• [Task details]: Up to and including the line with "v 79.46 115.556 0", return every line from the start of the entries below exactly.

(Dataset entries)
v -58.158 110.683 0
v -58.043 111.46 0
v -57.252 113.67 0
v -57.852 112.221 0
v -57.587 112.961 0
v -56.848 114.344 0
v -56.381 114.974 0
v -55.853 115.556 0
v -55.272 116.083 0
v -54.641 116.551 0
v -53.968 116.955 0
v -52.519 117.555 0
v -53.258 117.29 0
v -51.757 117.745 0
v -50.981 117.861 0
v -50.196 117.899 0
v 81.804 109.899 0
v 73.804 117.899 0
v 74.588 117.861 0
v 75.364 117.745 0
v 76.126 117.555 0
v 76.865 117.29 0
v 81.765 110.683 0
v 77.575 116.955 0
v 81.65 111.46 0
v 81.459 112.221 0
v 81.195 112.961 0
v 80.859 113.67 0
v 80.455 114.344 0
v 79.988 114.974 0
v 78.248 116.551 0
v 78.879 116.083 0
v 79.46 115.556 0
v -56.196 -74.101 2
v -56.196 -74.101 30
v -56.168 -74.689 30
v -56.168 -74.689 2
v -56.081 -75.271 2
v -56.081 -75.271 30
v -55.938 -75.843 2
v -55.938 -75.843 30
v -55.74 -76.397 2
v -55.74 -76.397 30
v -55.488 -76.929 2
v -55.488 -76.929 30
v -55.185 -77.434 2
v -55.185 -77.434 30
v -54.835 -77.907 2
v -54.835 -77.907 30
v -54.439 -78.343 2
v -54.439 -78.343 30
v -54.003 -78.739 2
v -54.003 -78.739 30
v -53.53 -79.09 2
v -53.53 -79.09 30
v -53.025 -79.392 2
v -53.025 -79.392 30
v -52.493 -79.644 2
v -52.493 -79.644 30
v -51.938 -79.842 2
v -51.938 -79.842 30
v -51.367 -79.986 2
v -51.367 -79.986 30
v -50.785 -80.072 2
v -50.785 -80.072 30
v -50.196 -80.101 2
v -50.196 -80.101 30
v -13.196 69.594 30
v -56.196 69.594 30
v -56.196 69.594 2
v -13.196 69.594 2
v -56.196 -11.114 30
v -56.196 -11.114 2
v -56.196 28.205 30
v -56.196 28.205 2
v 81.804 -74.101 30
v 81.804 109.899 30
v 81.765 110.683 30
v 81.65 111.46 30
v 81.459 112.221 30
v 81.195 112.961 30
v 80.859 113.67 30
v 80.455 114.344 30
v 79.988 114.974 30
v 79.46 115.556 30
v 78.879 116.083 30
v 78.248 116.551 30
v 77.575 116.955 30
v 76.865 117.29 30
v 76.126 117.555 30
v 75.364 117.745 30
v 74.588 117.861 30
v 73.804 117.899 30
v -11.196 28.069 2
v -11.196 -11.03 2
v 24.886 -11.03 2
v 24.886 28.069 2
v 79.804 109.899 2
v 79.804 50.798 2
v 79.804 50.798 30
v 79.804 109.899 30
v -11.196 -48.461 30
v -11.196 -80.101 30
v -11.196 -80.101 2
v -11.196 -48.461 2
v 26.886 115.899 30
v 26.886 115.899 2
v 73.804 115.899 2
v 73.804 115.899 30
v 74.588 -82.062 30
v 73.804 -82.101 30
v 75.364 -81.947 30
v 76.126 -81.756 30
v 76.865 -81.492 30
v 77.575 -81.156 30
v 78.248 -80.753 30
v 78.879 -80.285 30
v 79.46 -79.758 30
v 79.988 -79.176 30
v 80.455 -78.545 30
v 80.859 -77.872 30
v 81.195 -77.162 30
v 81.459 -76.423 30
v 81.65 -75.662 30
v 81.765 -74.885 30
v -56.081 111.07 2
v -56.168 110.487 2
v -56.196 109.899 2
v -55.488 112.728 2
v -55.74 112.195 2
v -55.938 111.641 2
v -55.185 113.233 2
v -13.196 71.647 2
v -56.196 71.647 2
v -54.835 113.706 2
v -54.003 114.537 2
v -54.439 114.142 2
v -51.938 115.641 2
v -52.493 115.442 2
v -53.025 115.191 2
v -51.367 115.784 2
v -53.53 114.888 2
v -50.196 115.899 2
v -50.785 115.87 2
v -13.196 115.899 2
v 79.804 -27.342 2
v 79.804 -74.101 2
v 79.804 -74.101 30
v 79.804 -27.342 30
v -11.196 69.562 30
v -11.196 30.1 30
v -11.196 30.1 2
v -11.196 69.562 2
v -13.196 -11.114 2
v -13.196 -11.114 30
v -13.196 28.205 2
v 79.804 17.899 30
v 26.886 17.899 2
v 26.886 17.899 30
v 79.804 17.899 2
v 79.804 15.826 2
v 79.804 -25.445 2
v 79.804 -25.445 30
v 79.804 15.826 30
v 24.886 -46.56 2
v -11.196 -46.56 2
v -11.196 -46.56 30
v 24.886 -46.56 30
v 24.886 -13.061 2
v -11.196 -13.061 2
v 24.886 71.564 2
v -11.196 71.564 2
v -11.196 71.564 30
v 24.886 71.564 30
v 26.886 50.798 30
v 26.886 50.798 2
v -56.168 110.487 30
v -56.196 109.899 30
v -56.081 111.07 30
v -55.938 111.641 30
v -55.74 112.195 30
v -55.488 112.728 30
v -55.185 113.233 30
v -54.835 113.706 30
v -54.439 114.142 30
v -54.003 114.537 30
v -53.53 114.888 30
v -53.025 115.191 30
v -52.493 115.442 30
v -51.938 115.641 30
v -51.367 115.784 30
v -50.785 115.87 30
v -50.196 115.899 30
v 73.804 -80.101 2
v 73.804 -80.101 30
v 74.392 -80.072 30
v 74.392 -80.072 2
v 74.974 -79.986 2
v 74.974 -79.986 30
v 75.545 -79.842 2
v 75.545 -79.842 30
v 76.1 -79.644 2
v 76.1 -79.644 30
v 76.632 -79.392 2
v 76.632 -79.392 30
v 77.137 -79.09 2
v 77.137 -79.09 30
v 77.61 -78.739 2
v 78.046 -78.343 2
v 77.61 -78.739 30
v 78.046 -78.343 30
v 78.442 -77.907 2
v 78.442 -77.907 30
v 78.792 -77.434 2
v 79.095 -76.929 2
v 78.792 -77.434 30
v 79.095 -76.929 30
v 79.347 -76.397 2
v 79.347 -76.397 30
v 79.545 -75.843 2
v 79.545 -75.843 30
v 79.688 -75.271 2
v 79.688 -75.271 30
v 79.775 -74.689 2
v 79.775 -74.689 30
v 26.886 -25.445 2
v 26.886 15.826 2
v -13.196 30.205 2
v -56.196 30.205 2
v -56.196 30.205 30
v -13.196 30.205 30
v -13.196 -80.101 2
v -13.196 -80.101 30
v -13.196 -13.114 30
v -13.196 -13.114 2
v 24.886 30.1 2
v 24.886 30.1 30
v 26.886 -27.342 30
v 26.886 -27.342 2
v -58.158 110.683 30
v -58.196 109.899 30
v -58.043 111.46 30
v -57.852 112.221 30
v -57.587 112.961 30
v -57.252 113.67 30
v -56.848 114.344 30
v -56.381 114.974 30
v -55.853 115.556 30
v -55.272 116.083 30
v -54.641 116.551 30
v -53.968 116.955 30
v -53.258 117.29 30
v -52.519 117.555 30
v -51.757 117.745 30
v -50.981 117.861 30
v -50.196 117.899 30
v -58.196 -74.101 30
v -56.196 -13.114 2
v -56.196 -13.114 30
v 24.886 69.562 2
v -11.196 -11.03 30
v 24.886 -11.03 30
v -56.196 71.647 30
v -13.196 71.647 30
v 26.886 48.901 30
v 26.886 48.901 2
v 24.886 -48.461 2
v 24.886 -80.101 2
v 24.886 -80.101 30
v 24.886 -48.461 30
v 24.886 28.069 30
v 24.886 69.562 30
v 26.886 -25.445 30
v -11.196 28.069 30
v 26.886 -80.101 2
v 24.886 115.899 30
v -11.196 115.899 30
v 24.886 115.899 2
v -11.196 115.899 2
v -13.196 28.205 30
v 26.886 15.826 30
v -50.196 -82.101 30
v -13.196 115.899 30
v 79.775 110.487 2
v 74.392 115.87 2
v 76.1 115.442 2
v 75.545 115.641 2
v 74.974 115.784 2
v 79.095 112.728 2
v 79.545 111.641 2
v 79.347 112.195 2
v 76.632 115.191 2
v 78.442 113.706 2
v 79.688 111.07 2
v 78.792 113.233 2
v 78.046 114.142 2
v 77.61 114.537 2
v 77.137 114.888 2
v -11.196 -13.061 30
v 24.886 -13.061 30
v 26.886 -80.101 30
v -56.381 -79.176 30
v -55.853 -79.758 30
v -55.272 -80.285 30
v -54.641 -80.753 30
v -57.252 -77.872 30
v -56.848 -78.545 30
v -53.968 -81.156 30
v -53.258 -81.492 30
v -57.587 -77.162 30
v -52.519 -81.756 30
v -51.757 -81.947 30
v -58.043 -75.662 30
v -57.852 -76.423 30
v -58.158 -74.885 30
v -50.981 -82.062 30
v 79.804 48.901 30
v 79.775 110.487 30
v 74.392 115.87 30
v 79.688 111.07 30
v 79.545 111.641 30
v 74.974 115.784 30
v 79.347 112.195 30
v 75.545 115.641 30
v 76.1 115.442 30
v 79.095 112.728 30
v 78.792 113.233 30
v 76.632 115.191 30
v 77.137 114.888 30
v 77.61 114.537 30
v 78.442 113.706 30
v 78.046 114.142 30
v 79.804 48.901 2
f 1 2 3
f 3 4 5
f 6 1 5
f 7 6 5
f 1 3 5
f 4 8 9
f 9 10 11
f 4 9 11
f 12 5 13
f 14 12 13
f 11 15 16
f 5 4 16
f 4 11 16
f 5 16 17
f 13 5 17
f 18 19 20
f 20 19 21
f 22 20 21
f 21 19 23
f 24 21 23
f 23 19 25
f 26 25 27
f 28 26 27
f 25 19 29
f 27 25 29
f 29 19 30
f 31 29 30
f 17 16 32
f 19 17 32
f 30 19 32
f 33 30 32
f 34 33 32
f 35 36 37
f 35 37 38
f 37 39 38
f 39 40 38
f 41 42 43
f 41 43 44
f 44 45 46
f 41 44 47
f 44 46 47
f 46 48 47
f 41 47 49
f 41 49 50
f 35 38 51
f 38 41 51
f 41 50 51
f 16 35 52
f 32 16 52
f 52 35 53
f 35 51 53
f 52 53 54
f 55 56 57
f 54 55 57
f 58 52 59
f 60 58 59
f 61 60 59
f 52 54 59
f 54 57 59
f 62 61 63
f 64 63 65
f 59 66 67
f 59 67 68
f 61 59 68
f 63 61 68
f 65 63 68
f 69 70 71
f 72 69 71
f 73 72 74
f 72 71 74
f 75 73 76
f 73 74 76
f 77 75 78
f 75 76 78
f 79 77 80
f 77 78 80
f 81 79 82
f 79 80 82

• [Answer box]:
v -58.158 110.683 0
v -58.043 111.46 0
v -57.252 113.67 0
v -57.852 112.221 0
v -57.587 112.961 0
v -56.848 114.344 0
v -56.381 114.974 0
v -55.853 115.556 0
v -55.272 116.083 0
v -54.641 116.551 0
v -53.968 116.955 0
v -52.519 117.555 0
v -53.258 117.29 0
v -51.757 117.745 0
v -50.981 117.861 0
v -50.196 117.899 0
v 81.804 109.899 0
v 73.804 117.899 0
v 74.588 117.861 0
v 75.364 117.745 0
v 76.126 117.555 0
v 76.865 117.29 0
v 81.765 110.683 0
v 77.575 116.955 0
v 81.65 111.46 0
v 81.459 112.221 0
v 81.195 112.961 0
v 80.859 113.67 0
v 80.455 114.344 0
v 79.988 114.974 0
v 78.248 116.551 0
v 78.879 116.083 0
v 79.46 115.556 0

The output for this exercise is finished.